# Educational Video on Homosexuality



## Lobo Roo (Aug 30, 2009)

Found this video on YouTube; I think it's pretty cool.

http://www.youtube.com/watch?v=PooEhBxh0NY&feature=player_embedded

I wish they would start showing stuff like this in schools! I mean, there's nothing in this video that isn't "kid safe." There's no vulgar language, it doesn't describe anything to do with sexual parts, or anything mature. Yet I'm sure parents would raise a fuss over this. Why? Because the FACTS aren't what your ridiculous closed minded religion tells you? Get over it. 


....Um. Anyways, yeah. I think it's cool, and it knocks down the ridiculous lies that people tell to try and demonize homosexuals. It also amuses me that the gay man looks happy most constantly, and the lesbian looks very angry.


----------



## Lucy Bones (Aug 30, 2009)

I watched it and lol'd. That poor lesbian chick is so angry.


----------



## Ishnuvalok (Aug 30, 2009)

I love this video. Sadly, religious people will always stick their fingers in their ears and go "la la la! I can't hear you!" as they always do.


----------



## Lucy Bones (Aug 30, 2009)

Ishnuvalok said:


> I love this video. Sadly, religious people will always stick their fingers in their ears and go "la la la! I can't hear you!" as they always do.


*Sniff* I'm religious...


----------



## Ziff (Aug 30, 2009)

that means, my big brothers straight, im bi (shifted towards women), if I had another brother that'd probably be bi but towards men, and the fourth would be gay... wow u learn something new everyday


----------



## Hir (Aug 30, 2009)

Saw it aaages ago. Still as true before as it is today.


----------



## blackfuredfox (Aug 30, 2009)

Ahkmill said:


> *Sniff* I'm religious...



same here, not your Good Boy, but i go to church maybe 4 or 5 days every year.


----------



## Hir (Aug 30, 2009)

I remember when my sister forced me to go to a church. As soon as I walked in, their eyes told me to GTFO.

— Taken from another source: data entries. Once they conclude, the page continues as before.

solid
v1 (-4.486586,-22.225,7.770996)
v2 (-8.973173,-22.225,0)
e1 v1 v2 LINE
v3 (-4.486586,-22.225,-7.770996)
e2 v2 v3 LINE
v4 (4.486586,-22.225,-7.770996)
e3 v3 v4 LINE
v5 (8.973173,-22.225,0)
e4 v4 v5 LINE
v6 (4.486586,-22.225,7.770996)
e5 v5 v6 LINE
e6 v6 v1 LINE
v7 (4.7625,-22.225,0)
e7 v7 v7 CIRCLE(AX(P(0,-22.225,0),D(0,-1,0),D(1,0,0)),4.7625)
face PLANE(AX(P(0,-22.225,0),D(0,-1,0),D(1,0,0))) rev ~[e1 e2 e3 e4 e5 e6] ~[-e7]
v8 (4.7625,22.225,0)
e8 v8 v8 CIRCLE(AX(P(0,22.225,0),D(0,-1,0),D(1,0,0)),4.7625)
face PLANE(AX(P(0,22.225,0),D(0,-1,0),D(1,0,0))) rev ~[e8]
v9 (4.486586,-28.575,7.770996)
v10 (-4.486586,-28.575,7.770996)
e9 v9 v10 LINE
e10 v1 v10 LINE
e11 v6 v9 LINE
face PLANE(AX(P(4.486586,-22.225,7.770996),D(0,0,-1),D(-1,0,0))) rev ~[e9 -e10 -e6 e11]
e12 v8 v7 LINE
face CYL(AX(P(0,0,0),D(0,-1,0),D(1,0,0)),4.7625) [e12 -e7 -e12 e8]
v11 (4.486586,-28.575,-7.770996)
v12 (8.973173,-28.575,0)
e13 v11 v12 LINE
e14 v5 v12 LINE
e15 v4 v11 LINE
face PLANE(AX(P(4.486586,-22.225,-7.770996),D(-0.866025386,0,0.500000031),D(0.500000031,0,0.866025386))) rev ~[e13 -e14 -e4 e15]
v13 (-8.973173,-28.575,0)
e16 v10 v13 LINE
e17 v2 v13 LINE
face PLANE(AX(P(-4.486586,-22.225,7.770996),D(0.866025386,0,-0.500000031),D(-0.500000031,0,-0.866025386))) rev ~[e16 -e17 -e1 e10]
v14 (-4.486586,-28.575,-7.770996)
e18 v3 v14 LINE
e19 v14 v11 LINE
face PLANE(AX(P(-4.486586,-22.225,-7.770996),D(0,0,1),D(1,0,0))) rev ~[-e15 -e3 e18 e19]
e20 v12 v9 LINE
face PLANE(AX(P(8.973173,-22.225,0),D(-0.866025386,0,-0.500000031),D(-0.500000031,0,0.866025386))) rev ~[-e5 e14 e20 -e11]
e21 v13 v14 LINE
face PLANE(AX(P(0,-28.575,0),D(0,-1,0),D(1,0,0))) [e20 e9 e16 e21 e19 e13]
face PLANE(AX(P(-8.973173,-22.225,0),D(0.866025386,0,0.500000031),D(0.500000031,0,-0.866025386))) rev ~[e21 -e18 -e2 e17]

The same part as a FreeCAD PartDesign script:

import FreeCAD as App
import Part
import Sketcher
from FreeCAD import Vector
Q = App.Units.Quantity


def add_polygon(sketch, points):
    """Adds a closed chain of lines whose ends are joined by coincident constraints."""
    first, n = sketch.GeometryCount, len(points)
    for a, b in zip(points, points[1:] + points[:1]):
        sketch.addGeometry(Part.LineSegment(App.Vector(*a, 0), App.Vector(*b, 0)), False)
    for i in range(n):
        sketch.addConstraint(Sketcher.Constraint("Coincident", first + i, 2, first + (i + 1) % n, 1))

doc = App.newDocument("Part")
params = doc.addObject("Spreadsheet::Sheet", "Params")
for row, (alias, value) in enumerate([
    ("sketch1_diameter", "0.375 in"),
    ("pad1_length", "1.75 in"),
    ("pad2_length", "0.25 in"),
], start=1):
    params.set(f"A{row}", alias)
    params.set(f"B{row}", "=" + value)
    params.setAlias(f"B{row}", alias)

body = doc.addObject("PartDesign::Body", "Body")

sketch1 = body.newObject("Sketcher::SketchObject", "Sketch")
sketch1.AttachmentSupport = (doc.getObject("XZ_Plane"), [""])
sketch1.MapMode = "FlatFace"
sketch1.addGeometry(Part.Circle(Vector(0, 0, 0), Vector(0, 0, 1), 4.8), False)
sketch1.addConstraint([
    Sketcher.Constraint("Coincident", 0, 3, -1, 1),
    Sketcher.Constraint("Diameter", 0, Q("0.375 in")),
])
sketch1.setExpression("Constraints[1]", "Params.sketch1_diameter")
pad1 = body.newObject("PartDesign::Pad", "Pad")
pad1.Profile = sketch1
pad1.setExpression("Length", "Params.pad1_length")
pad1.Midplane = True

sketch2 = body.newObject("Sketcher::SketchObject", "Sketch001")
sketch2.AttachmentSupport = (doc.getObject("XZ_Plane"), [""])
sketch2.MapMode = "FlatFace"
sketch2.AttachmentOffset = App.Placement(Vector(0, 0, 0.875 * 25.4), App.Rotation())
add_polygon(sketch2, [(-4, -8), (4, -8), (9, 0), (4, 8), (-4, 8), (-9, 0)])
sketch2.addConstraint([
    Sketcher.Constraint("Horizontal", 0),
    Sketcher.Constraint("Horizontal", 3),
    Sketcher.Constraint("Symmetric", 0, 2, 3, 2, -1, 1),
    Sketcher.Constraint("Symmetric", 1, 2, 4, 2, -1, 1),
    Sketcher.Constraint("PointOnObject", 1, 2, -1),
    Sketcher.Constraint("Parallel", 2, 5),
    Sketcher.Constraint("Vertical", 0, 2, 2, 2),
    Sketcher.Constraint("Angle", 1, Q("59.999998 deg")),
    Sketcher.Constraint("DistanceX", 0, 1, 0, 2, Q("8.973172 mm")),
    Sketcher.Constraint("DistanceX", 3, 2, 1, 2, Q("13.459759 mm")),
])
pad2 = body.newObject("PartDesign::Pad", "Pad001")
pad2.Profile = sketch2
pad2.setExpression("Length", "Params.pad2_length")

doc.recompute()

But my T-Shirt was a Gorgoroth shirt...


----------



## DJ-Fragon (Aug 30, 2009)

That was an interesting video. Thanks for sharing!


----------



## ArielMT (Aug 30, 2009)

This video rules.


----------



## Midna (Aug 30, 2009)

I'm Atheist for that reason and lots of others..
never been to church


----------



## moonchylde (Aug 30, 2009)

DarkNoctus said:


> I remember when my sister forced me to go to a church. As soon as I walked in, their eyes told me to GTFO.
> 
> But my T-Shirt was a Gorgoroth shirt...



Yeah, that probably didn't help. You should have gone with Cradle of Filth's "Praise Be The Whore" shirt, instead. 

Yeah, last time I set foot inside a church the cops were called within ten minutes. It wouldn't have pissed me off so bad if I hadn't been there simply to pick up my sister from a youth ministry meeting, gone outside to wait, and had the cops called for trespassing. Oh, yeah, and this was a church that as of two years prior I had attended for nearly 9 years, and personally knew everyone inside the place that night... 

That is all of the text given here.